[Task goal]
Of the entries below, restate word for word only the section that runs from the line with "#84=ORIENTED_EDGE('',*,*,#44,.F.);" to the line with "#101=EDGE_CURVE('',#76,#94,#100,.T.);", counting both ends.
************
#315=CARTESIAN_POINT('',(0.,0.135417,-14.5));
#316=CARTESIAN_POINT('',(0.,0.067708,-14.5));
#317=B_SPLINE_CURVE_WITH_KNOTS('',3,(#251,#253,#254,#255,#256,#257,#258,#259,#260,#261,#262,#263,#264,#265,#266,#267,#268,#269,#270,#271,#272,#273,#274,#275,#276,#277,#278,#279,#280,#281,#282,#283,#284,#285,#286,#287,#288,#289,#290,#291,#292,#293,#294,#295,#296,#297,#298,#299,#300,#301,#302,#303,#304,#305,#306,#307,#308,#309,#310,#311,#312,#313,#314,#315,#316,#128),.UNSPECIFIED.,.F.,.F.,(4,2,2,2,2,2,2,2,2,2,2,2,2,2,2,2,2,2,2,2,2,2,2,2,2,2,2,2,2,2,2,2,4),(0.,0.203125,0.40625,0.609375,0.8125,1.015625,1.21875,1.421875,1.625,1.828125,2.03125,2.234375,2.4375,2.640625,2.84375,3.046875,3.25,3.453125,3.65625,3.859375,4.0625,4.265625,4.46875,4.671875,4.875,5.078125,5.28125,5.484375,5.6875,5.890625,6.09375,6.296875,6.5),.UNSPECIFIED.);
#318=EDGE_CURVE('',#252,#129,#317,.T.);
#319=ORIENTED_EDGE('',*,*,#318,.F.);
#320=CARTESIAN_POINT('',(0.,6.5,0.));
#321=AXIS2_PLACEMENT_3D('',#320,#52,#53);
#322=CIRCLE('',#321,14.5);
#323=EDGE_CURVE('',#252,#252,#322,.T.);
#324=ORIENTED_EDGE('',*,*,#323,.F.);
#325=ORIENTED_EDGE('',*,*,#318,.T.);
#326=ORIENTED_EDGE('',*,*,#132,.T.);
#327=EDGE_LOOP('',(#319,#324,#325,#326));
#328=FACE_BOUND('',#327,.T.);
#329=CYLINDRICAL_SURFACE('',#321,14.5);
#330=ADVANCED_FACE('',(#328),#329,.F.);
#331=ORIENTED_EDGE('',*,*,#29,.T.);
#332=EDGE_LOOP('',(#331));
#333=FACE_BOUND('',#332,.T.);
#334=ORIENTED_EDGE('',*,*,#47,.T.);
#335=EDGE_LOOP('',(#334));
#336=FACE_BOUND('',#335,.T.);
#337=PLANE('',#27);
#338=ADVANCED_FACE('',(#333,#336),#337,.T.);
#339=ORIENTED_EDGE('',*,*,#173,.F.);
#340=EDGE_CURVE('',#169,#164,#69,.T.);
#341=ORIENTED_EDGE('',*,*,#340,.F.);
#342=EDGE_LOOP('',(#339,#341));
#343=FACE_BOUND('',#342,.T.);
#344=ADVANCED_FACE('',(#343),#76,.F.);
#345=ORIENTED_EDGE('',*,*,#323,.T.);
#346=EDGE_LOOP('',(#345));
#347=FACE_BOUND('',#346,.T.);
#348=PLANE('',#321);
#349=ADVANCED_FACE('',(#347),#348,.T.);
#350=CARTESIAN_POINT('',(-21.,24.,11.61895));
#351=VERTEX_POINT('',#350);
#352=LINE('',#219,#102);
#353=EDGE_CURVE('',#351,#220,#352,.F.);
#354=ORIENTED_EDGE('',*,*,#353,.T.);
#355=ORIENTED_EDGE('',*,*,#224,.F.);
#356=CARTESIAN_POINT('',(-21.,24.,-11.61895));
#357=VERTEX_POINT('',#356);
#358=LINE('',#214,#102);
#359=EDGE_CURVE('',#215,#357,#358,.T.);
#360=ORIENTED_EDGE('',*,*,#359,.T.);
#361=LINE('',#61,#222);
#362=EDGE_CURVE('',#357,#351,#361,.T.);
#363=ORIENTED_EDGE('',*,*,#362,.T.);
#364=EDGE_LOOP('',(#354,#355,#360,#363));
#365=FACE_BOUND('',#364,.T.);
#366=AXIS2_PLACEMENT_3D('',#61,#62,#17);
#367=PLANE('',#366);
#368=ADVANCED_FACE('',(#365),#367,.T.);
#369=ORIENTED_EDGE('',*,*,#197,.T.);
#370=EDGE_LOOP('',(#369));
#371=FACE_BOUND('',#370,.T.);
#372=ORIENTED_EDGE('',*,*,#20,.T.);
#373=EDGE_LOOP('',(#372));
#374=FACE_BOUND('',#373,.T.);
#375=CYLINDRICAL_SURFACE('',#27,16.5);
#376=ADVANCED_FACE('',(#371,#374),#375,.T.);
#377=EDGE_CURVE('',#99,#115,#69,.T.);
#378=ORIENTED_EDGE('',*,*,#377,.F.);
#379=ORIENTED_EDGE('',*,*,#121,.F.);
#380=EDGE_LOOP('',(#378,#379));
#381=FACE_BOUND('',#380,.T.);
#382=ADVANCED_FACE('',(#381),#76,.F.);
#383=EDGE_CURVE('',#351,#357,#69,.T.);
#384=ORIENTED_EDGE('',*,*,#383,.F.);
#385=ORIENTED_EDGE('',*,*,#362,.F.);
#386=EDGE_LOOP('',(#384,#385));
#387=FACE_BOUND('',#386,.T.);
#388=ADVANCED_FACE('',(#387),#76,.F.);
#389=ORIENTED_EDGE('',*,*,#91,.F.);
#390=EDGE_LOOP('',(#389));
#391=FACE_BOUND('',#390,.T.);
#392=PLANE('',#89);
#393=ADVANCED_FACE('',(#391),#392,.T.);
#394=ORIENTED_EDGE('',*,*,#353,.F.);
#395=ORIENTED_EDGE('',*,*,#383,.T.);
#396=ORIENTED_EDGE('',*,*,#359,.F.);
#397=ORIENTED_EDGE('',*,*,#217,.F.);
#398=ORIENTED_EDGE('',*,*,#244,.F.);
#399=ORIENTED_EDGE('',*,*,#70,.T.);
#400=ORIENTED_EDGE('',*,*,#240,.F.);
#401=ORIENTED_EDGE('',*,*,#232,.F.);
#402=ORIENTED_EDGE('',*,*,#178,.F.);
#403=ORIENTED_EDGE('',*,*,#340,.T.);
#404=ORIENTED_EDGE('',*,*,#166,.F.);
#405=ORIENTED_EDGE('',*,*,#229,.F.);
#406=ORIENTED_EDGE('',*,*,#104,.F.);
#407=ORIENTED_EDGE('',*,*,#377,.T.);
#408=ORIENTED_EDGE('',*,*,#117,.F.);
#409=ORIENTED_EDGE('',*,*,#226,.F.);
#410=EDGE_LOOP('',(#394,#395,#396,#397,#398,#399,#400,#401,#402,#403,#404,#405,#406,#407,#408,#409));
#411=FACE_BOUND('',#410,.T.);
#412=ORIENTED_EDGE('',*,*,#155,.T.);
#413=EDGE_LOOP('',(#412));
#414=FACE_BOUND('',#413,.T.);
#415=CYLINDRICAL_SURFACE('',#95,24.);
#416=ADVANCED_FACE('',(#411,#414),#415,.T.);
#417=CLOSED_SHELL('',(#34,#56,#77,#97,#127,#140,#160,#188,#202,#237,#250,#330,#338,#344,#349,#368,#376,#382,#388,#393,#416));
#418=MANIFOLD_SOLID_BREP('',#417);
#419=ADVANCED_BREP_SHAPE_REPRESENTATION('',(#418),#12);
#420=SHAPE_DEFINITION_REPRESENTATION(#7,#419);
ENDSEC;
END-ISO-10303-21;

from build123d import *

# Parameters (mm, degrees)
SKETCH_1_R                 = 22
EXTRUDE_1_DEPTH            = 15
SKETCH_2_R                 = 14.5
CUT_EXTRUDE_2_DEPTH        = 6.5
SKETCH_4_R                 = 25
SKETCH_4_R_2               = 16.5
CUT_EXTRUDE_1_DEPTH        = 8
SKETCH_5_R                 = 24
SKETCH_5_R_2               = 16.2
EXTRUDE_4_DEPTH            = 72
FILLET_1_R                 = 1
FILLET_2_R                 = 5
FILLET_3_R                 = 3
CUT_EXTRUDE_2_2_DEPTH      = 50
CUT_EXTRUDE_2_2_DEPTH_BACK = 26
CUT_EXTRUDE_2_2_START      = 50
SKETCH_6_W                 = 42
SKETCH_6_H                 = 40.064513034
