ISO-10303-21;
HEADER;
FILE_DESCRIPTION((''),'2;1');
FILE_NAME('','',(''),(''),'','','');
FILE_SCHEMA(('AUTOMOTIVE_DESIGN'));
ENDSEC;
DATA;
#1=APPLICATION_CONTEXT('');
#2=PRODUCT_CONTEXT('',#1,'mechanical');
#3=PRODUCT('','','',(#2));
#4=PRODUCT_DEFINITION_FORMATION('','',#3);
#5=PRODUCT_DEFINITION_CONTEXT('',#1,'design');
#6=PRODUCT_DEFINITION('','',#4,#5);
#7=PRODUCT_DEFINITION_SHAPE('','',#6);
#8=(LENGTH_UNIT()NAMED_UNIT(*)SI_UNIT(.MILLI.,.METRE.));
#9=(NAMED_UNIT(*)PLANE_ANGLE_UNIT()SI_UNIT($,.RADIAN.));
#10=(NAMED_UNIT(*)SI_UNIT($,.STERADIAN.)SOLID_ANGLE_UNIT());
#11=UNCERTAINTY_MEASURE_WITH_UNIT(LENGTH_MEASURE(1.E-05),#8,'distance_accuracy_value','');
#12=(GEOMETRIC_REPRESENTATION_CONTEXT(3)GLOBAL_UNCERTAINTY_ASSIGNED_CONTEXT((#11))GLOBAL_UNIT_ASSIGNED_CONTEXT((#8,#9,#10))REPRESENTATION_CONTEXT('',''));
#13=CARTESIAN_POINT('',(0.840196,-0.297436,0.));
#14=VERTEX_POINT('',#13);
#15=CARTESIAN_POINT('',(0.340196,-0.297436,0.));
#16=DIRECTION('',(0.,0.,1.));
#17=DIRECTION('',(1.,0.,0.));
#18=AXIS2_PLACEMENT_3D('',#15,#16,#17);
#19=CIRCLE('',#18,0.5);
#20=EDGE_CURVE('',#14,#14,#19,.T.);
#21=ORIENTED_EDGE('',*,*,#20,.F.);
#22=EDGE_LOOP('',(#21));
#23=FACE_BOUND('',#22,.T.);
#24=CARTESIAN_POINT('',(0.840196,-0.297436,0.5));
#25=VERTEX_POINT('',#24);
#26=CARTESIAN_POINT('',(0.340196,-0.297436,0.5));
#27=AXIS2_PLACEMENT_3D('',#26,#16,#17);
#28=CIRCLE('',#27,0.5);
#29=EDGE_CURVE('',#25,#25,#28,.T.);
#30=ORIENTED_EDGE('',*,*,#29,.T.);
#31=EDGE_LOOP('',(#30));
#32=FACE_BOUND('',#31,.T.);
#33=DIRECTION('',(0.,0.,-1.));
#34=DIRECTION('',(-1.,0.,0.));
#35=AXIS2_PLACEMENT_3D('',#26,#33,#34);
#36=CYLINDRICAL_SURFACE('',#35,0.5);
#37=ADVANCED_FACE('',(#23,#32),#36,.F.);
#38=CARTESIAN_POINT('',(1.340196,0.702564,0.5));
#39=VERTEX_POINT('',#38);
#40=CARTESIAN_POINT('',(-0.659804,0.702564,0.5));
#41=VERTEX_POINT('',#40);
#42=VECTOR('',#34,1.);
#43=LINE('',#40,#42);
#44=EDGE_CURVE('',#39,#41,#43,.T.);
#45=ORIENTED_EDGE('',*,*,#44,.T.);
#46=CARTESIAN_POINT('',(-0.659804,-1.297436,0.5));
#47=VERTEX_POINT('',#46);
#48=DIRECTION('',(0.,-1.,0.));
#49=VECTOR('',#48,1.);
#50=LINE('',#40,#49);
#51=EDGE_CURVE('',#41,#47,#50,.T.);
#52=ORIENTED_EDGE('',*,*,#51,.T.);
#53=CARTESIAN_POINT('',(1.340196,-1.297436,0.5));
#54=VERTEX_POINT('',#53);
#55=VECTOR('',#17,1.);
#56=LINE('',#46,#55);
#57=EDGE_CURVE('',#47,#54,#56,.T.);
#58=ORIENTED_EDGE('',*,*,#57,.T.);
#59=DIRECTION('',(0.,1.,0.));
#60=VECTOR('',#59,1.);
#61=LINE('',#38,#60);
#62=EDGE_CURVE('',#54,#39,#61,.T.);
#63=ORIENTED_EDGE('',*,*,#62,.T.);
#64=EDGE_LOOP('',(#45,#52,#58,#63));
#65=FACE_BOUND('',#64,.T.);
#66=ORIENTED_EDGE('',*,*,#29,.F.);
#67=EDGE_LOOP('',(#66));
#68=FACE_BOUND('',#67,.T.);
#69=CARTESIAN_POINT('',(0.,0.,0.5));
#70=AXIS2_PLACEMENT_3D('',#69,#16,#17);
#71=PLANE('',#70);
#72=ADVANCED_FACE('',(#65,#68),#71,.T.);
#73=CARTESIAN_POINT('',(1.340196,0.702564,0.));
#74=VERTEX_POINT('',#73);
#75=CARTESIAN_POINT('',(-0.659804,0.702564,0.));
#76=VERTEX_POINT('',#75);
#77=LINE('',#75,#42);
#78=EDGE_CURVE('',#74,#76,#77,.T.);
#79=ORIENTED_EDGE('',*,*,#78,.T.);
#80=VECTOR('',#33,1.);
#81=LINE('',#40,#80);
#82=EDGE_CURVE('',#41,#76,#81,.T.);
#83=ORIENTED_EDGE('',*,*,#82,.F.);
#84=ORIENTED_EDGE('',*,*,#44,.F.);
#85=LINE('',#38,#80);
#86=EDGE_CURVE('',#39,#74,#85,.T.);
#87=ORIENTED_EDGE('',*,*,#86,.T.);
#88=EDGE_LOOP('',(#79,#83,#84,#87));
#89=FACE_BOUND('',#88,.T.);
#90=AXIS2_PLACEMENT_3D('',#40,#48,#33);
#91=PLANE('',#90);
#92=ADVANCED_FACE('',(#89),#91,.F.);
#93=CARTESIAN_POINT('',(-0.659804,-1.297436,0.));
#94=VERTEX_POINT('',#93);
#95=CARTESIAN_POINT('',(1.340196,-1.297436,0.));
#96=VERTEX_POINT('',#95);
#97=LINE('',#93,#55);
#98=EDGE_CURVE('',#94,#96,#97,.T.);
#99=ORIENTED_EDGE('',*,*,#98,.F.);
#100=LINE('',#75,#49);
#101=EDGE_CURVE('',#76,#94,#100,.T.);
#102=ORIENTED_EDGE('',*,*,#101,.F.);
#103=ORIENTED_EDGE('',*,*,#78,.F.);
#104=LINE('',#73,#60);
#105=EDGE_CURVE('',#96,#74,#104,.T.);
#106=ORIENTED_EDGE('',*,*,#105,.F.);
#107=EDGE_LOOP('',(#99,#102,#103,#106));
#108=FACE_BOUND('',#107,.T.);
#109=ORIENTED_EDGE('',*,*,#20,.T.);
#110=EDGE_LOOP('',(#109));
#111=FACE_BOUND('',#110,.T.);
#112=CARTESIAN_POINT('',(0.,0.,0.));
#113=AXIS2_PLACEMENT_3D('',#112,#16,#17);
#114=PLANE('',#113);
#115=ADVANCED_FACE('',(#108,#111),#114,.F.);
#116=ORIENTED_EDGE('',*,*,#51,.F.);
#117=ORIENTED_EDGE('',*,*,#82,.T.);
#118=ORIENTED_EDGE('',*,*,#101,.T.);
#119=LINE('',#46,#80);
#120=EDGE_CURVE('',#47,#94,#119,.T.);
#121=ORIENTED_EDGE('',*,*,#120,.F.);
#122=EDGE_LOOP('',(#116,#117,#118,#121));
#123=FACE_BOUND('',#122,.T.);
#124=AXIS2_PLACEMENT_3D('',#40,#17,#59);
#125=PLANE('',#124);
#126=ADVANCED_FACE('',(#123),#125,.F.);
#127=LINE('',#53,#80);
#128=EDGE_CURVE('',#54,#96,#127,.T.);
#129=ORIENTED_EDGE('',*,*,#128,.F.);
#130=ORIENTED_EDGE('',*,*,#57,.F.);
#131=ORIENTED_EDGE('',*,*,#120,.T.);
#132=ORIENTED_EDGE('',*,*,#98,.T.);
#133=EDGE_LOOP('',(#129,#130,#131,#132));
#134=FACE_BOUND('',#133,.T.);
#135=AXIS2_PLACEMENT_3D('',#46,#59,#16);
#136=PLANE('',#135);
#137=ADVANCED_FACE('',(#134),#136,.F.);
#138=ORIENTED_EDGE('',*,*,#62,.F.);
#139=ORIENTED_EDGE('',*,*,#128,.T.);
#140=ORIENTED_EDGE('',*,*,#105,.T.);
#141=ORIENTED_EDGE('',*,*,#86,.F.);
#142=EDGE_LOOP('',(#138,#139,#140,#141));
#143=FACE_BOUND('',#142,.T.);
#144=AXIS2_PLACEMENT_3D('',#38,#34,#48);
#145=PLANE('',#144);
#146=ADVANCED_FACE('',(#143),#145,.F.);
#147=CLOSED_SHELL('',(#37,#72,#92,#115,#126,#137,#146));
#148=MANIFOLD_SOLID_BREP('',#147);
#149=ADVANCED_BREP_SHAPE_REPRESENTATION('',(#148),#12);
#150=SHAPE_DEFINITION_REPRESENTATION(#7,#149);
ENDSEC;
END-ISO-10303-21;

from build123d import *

# Parameters (mm, degrees)
ESQUISSE1_W        = 2
ESQUISSE1_H        = 2
ESQUISSE1_R        = 0.5
BOSS_EXTRU_1_DEPTH = 0.5


with BuildPart() as part:
    # Esquisse1 → Boss.-Extru.1 (new body)
    with BuildSketch(Plane.XY):
        with Locations((0.340195859, -0.297435897)):
            Rectangle(ESQUISSE1_W, ESQUISSE1_H)
        with Locations((0.340195859, -0.297435897)):
            Circle(ESQUISSE1_R, mode=Mode.SUBTRACT)
    extrude(amount=BOSS_EXTRU_1_DEPTH)


solid = part.part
************
[Task solution]
#84=ORIENTED_EDGE('',*,*,#44,.F.);
#85=LINE('',#38,#80);
#86=EDGE_CURVE('',#39,#74,#85,.T.);
#87=ORIENTED_EDGE('',*,*,#86,.T.);
#88=EDGE_LOOP('',(#79,#83,#84,#87));
#89=FACE_BOUND('',#88,.T.);
#90=AXIS2_PLACEMENT_3D('',#40,#48,#33);
#91=PLANE('',#90);
#92=ADVANCED_FACE('',(#89),#91,.F.);
#93=CARTESIAN_POINT('',(-0.659804,-1.297436,0.));
#94=VERTEX_POINT('',#93);
#95=CARTESIAN_POINT('',(1.340196,-1.297436,0.));
#96=VERTEX_POINT('',#95);
#97=LINE('',#93,#55);
#98=EDGE_CURVE('',#94,#96,#97,.T.);
#99=ORIENTED_EDGE('',*,*,#98,.F.);
#100=LINE('',#75,#49);
#101=EDGE_CURVE('',#76,#94,#100,.T.);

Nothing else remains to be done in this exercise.